Once you have read the data below, set it all down again exactly.

▽

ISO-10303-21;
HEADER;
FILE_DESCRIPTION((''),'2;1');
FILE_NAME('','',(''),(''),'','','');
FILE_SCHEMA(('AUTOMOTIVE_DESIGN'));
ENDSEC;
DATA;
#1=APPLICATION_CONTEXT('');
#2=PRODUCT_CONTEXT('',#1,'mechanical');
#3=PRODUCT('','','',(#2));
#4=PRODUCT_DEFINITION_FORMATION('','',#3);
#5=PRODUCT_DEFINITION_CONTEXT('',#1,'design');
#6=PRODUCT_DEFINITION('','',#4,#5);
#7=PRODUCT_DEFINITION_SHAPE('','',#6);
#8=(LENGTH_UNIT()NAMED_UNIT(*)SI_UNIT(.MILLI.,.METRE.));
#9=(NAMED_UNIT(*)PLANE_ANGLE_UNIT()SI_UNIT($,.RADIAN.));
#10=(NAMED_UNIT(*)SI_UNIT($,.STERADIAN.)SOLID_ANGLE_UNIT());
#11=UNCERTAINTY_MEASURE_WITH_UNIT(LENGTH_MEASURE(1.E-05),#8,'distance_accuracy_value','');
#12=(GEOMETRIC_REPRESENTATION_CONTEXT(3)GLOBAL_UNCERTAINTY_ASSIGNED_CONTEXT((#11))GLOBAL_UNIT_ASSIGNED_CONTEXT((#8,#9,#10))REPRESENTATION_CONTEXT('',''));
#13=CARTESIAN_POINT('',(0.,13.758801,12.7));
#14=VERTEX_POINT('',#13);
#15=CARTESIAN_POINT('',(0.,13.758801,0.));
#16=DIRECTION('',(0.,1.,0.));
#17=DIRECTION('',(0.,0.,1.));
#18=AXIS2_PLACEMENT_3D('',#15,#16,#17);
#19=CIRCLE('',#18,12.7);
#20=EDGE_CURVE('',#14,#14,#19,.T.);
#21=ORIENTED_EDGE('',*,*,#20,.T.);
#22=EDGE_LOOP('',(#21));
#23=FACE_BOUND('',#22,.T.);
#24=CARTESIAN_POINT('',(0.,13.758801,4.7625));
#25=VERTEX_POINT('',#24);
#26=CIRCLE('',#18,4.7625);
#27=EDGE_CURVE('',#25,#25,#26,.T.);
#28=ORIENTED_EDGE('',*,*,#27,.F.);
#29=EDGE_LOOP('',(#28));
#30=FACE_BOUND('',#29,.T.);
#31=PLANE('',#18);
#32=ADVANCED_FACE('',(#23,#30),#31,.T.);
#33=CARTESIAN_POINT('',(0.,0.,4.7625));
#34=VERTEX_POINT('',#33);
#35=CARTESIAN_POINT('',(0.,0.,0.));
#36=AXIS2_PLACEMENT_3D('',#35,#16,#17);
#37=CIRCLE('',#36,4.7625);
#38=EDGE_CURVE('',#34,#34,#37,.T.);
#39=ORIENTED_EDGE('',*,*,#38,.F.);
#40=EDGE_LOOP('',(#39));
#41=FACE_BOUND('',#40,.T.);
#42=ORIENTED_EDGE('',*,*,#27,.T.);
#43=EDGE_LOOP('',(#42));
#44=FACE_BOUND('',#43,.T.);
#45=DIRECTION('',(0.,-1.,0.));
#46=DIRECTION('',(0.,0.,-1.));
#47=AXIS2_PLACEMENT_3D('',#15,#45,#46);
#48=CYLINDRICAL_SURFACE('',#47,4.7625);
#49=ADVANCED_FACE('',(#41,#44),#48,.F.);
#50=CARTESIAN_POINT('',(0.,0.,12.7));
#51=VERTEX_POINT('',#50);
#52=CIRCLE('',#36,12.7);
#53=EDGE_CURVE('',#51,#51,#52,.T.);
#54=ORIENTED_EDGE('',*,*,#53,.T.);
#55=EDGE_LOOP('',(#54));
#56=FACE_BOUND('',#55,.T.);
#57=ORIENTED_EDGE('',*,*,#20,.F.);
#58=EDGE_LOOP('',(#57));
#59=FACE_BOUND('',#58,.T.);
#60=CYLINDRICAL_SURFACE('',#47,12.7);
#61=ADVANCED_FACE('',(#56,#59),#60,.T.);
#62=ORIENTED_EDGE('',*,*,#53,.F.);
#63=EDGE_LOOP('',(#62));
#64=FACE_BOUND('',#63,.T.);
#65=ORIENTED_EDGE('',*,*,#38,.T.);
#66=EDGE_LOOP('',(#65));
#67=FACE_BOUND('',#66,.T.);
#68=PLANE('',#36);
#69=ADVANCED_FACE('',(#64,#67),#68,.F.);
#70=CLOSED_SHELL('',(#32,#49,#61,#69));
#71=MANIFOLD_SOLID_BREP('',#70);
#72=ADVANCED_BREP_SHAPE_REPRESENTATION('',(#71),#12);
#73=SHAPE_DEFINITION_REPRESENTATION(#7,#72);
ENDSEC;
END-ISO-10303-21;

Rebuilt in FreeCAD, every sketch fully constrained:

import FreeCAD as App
import Part
import Sketcher
Q = App.Units.Quantity

doc = App.newDocument("Part")
body = doc.addObject("PartDesign::Body", "Body")

# Sketch on XZ plane
sketch1 = body.newObject("Sketcher::SketchObject", "Sketch")
sketch1.AttachmentSupport = (doc.getObject("XZ_Plane"), [""])
sketch1.MapMode = "FlatFace"
sketch1.addGeometry(Part.Circle(App.Vector(0, 0, 0), App.Vector(0, 0, 1), 12.7), False)
sketch1.addGeometry(Part.Circle(App.Vector(0, 0, 0), App.Vector(0, 0, 1), 4.7625), False)
sketch1.addConstraint(Sketcher.Constraint("Coincident", 0, 3, -1, 1))
sketch1.addConstraint(Sketcher.Constraint("Coincident", 1, 3, -1, 1))
sketch1.addConstraint(Sketcher.Constraint("Diameter", 0, Q("1 in")))
sketch1.addConstraint(Sketcher.Constraint("Diameter", 1, Q("0.375 in")))
pad1 = body.newObject("PartDesign::Pad", "Pad")
pad1.Profile = sketch1
pad1.Length = 13.758801
pad1.Reversed = True

doc.recompute()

△

◆ Solution for this task ◆
ISO-10303-21;
HEADER;
FILE_DESCRIPTION((''),'2;1');
FILE_NAME('','',(''),(''),'','','');
FILE_SCHEMA(('AUTOMOTIVE_DESIGN'));
ENDSEC;
DATA;
#1=APPLICATION_CONTEXT('');
#2=PRODUCT_CONTEXT('',#1,'mechanical');
#3=PRODUCT('','','',(#2));
#4=PRODUCT_DEFINITION_FORMATION('','',#3);
#5=PRODUCT_DEFINITION_CONTEXT('',#1,'design');
#6=PRODUCT_DEFINITION('','',#4,#5);
#7=PRODUCT_DEFINITION_SHAPE('','',#6);
#8=(LENGTH_UNIT()NAMED_UNIT(*)SI_UNIT(.MILLI.,.METRE.));
#9=(NAMED_UNIT(*)PLANE_ANGLE_UNIT()SI_UNIT($,.RADIAN.));
#10=(NAMED_UNIT(*)SI_UNIT($,.STERADIAN.)SOLID_ANGLE_UNIT());
#11=UNCERTAINTY_MEASURE_WITH_UNIT(LENGTH_MEASURE(1.E-05),#8,'distance_accuracy_value','');
#12=(GEOMETRIC_REPRESENTATION_CONTEXT(3)GLOBAL_UNCERTAINTY_ASSIGNED_CONTEXT((#11))GLOBAL_UNIT_ASSIGNED_CONTEXT((#8,#9,#10))REPRESENTATION_CONTEXT('',''));
#13=CARTESIAN_POINT('',(0.,13.758801,12.7));
#14=VERTEX_POINT('',#13);
#15=CARTESIAN_POINT('',(0.,13.758801,0.));
#16=DIRECTION('',(0.,1.,0.));
#17=DIRECTION('',(0.,0.,1.));
#18=AXIS2_PLACEMENT_3D('',#15,#16,#17);
#19=CIRCLE('',#18,12.7);
#20=EDGE_CURVE('',#14,#14,#19,.T.);
#21=ORIENTED_EDGE('',*,*,#20,.T.);
#22=EDGE_LOOP('',(#21));
#23=FACE_BOUND('',#22,.T.);
#24=CARTESIAN_POINT('',(0.,13.758801,4.7625));
#25=VERTEX_POINT('',#24);
#26=CIRCLE('',#18,4.7625);
#27=EDGE_CURVE('',#25,#25,#26,.T.);
#28=ORIENTED_EDGE('',*,*,#27,.F.);
#29=EDGE_LOOP('',(#28));
#30=FACE_BOUND('',#29,.T.);
#31=PLANE('',#18);
#32=ADVANCED_FACE('',(#23,#30),#31,.T.);
#33=CARTESIAN_POINT('',(0.,0.,4.7625));
#34=VERTEX_POINT('',#33);
#35=CARTESIAN_POINT('',(0.,0.,0.));
#36=AXIS2_PLACEMENT_3D('',#35,#16,#17);
#37=CIRCLE('',#36,4.7625);
#38=EDGE_CURVE('',#34,#34,#37,.T.);
#39=ORIENTED_EDGE('',*,*,#38,.F.);
#40=EDGE_LOOP('',(#39));
#41=FACE_BOUND('',#40,.T.);
#42=ORIENTED_EDGE('',*,*,#27,.T.);
#43=EDGE_LOOP('',(#42));
#44=FACE_BOUND('',#43,.T.);
#45=DIRECTION('',(0.,-1.,0.));
#46=DIRECTION('',(0.,0.,-1.));
#47=AXIS2_PLACEMENT_3D('',#15,#45,#46);
#48=CYLINDRICAL_SURFACE('',#47,4.7625);
#49=ADVANCED_FACE('',(#41,#44),#48,.F.);
#50=CARTESIAN_POINT('',(0.,0.,12.7));
#51=VERTEX_POINT('',#50);
#52=CIRCLE('',#36,12.7);
#53=EDGE_CURVE('',#51,#51,#52,.T.);
#54=ORIENTED_EDGE('',*,*,#53,.T.);
#55=EDGE_LOOP('',(#54));
#56=FACE_BOUND('',#55,.T.);
#57=ORIENTED_EDGE('',*,*,#20,.F.);
#58=EDGE_LOOP('',(#57));
#59=FACE_BOUND('',#58,.T.);
#60=CYLINDRICAL_SURFACE('',#47,12.7);
#61=ADVANCED_FACE('',(#56,#59),#60,.T.);
#62=ORIENTED_EDGE('',*,*,#53,.F.);
#63=EDGE_LOOP('',(#62));
#64=FACE_BOUND('',#63,.T.);
#65=ORIENTED_EDGE('',*,*,#38,.T.);
#66=EDGE_LOOP('',(#65));
#67=FACE_BOUND('',#66,.T.);
#68=PLANE('',#36);
#69=ADVANCED_FACE('',(#64,#67),#68,.F.);
#70=CLOSED_SHELL('',(#32,#49,#61,#69));
#71=MANIFOLD_SOLID_BREP('',#70);
#72=ADVANCED_BREP_SHAPE_REPRESENTATION('',(#71),#12);
#73=SHAPE_DEFINITION_REPRESENTATION(#7,#72);
ENDSEC;
END-ISO-10303-21;

Rebuilt in FreeCAD, every sketch fully constrained:

import FreeCAD as App
import Part
import Sketcher
Q = App.Units.Quantity

doc = App.newDocument("Part")
body = doc.addObject("PartDesign::Body", "Body")

# Sketch on XZ plane
sketch1 = body.newObject("Sketcher::SketchObject", "Sketch")
sketch1.AttachmentSupport = (doc.getObject("XZ_Plane"), [""])
sketch1.MapMode = "FlatFace"
sketch1.addGeometry(Part.Circle(App.Vector(0, 0, 0), App.Vector(0, 0, 1), 12.7), False)
sketch1.addGeometry(Part.Circle(App.Vector(0, 0, 0), App.Vector(0, 0, 1), 4.7625), False)
sketch1.addConstraint(Sketcher.Constraint("Coincident", 0, 3, -1, 1))
sketch1.addConstraint(Sketcher.Constraint("Coincident", 1, 3, -1, 1))
sketch1.addConstraint(Sketcher.Constraint("Diameter", 0, Q("1 in")))
sketch1.addConstraint(Sketcher.Constraint("Diameter", 1, Q("0.375 in")))
pad1 = body.newObject("PartDesign::Pad", "Pad")
pad1.Profile = sketch1
pad1.Length = 13.758801
pad1.Reversed = True

doc.recompute()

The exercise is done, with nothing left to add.